The open source collective, which was initially called Malayalam Linux,  was started by Baiju Muthukadan in 2001, when he was a student at NIT, Calicut. “I realised that Linux supported a few foreign languages like Portuguese, so I wanted to explore if the same could be done for Malayalam,” said Baiju. 

Soon other Malayalam-loving  programmers joined him and a mailing  list was created where they discussed how the digital word could spread in Malayalam. The group was rechristened SMC in view of its broadened objectives.

Apart from localisation of several softwares, which means translation of its English terms to Malayalam, SMC helped the government come up with a standard set of Malayalam words to be used in softwares and mobile apps by co-ordinating the Malayalam section of the Frequently Used Entries for Localisation (FUEL) Project. 

“Without a standard, developers can use any Malayalam synonym of an English term during localisation, which can cause great confusion,” said Hrishikesh.

A six-key Braille keyboard, IBus Sharada Braille, was also developed by SMC member Nalin Sathyan as part of a Google Summer of School project. The project was a very personal one for Nalin, whose father is visually challenged and himself a technology enthusiast. “The keyboard can be used to type in seven Indian languages, English and French,” said Anivar Aravind, SMC’s board member, who mentored the project.

Making much progress in Malayalam, the group later spread its reach to other vernacular languages and is now a pan-Indian community. “The solutions we created for Malayalam could be used for other Indian languages too, so we started looking at Indian languages as a family in our Indic project,” says Anivar, who also the Executive director of the project. The project is supported by International Centre for Free and Open Source Software (ICFOSS), an autonomous institution under the Kerala government. 

Indic Keyboard, which currently supports 23 languages and works on android phones, was launched by SMC in March 2014, and in comparison the Google Indic Keyboard only supports 11 Indian languages.

The group had campaigned extensively for net neutrality and was glad that the TRAI ruled in favour of it.

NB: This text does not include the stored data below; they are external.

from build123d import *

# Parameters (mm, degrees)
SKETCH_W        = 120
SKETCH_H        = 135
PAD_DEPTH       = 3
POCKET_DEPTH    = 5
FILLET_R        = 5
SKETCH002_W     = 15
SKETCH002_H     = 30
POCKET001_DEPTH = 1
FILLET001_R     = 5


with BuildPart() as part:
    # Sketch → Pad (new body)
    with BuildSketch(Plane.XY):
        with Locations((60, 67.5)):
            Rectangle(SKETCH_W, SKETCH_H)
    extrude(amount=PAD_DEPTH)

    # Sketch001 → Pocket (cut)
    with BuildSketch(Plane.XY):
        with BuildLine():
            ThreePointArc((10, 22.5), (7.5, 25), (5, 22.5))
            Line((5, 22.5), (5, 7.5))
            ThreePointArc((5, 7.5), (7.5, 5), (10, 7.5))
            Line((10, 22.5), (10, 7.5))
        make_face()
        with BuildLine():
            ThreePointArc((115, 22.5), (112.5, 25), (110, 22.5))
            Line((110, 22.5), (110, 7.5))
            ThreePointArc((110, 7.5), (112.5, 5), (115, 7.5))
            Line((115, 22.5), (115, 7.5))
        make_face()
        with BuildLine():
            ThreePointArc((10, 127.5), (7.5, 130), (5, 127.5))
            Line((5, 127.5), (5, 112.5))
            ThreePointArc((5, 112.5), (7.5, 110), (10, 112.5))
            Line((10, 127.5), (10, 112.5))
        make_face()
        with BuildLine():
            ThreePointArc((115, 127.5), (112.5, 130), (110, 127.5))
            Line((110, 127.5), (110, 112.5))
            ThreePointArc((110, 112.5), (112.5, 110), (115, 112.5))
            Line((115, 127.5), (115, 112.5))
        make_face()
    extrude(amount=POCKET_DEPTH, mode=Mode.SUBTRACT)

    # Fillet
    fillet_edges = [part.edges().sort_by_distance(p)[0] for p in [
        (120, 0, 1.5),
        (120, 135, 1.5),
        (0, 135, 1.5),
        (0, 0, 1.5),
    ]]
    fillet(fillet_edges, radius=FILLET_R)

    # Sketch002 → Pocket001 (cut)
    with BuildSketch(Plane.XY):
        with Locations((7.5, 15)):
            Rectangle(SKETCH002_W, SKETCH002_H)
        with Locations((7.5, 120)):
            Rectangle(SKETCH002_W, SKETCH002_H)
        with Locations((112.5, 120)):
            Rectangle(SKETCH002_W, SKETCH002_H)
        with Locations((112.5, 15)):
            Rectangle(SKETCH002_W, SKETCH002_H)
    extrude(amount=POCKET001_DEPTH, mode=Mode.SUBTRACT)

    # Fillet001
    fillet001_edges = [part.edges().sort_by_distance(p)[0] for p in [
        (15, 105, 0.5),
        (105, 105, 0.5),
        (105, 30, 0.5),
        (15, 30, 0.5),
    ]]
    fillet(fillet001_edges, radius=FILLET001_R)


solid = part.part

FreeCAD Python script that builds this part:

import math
import FreeCAD as App
import Part
import Sketcher


def edges_at(feature, points):
    """Names of the edges that pass closest to the given points."""
    edges = feature.Shape.Edges
    near = lambda p: min(range(len(edges)), key=lambda i: edges[i].distToShape(Part.Vertex(*p))[0])
    return sorted({f"Edge{near(p) + 1}" for p in points})

doc = App.newDocument("Part")
params = doc.addObject("Spreadsheet::Sheet", "Params")
for row, (alias, value) in enumerate([
    ("sketch1_width", "120 mm"),
    ("sketch1_height", "135 mm"),
    ("pad1_length", "3 mm"),
    ("sketch2_radius", "2.5 mm"),
    ("sketch2_height", "15 mm"),
    ("pocket1_length", "5 mm"),
    ("fillet_radius", "5 mm"),
    ("sketch3_width", "15 mm"),
    ("sketch3_height", "30 mm"),
    ("pocket2_length", "1 mm"),
    ("fillet2_radius", "5 mm"),
], start=1):
    params.set(f"A{row}", alias)
    params.set(f"B{row}", "=" + value)
    params.setAlias(f"B{row}", alias)

body = doc.addObject("PartDesign::Body", "Body")

# Sketch on XY plane
sketch1 = doc.addObject("Sketcher::SketchObject", "Sketch")
body.addObject(sketch1)
sketch1.AttachmentSupport = (doc.XY_Plane, [""])
sketch1.MapMode = "FlatFace"
sketch1.addGeometry(Part.LineSegment(App.Vector(0, 135, 0), App.Vector(0, 0, 0)), False)
sketch1.addGeometry(Part.LineSegment(App.Vector(0, 0, 0), App.Vector(120, 0, 0)), False)
sketch1.addGeometry(Part.LineSegment(App.Vector(120, 0, 0), App.Vector(120, 135, 0)), False)
sketch1.addGeometry(Part.LineSegment(App.Vector(120, 135, 0), App.Vector(0, 135, 0)), False)
sketch1.addConstraint(Sketcher.Constraint("Coincident", 0, 2, 1, 1))
sketch1.addConstraint(Sketcher.Constraint("Coincident", 1, 2, 2, 1))
sketch1.addConstraint(Sketcher.Constraint("Coincident", 2, 2, 3, 1))
sketch1.addConstraint(Sketcher.Constraint("Coincident", 3, 2, 0, 1))
sketch1.addConstraint(Sketcher.Constraint("Vertical", 0))
sketch1.addConstraint(Sketcher.Constraint("Horizontal", 1))
sketch1.addConstraint(Sketcher.Constraint("Vertical", 2))
sketch1.addConstraint(Sketcher.Constraint("Horizontal", 3))
sketch1.addConstraint(Sketcher.Constraint("Coincident", 0, 2, -1, 1))
sketch1.addConstraint(Sketcher.Constraint("DistanceX", 1, 1, 1, 2, 120.0))
sketch1.addConstraint(Sketcher.Constraint("DistanceY", 0, 2, 0, 1, 135.0))
sketch1.setExpression("Constraints[9]", "Params.sketch1_width")
sketch1.setExpression("Constraints[10]", "Params.sketch1_height")
pad1 = doc.addObject("PartDesign::Pad", "Pad")
body.addObject(pad1)
pad1.Profile = sketch1
pad1.setExpression("Length", "Params.pad1_length")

Explaining why an open internet is essential for local language content, Anivar said, “In services like Facebook free basics, where some basic content is offered free and other content is subject to data charges, many small vernacular news portals and sites won’t be available for all. In that case even updating a Malayalam Wiki page would be difficult because though Wikipedia is accessible pages for research may be blocked.”

Currently developing an open source alternative to Google Translator for Indian languages is one of the projects the group is working on.

Anivar pointed out that in the last few years great progress has been made in language technology infrastructure development, thanks to initiatives by the government and many open source communities across the country that have contributed to it. 

“Malayalam online content is flourishing today due to the robust infrastructure in place. The mushrooming of Malayalam news portals and increase in Malayalam content shared on social media itself is proof of that,” he said.

However, he said that plenty of work remains and the government needs to focus on vernacular technology and content, and not just Internet reach, for the country to become truly digital.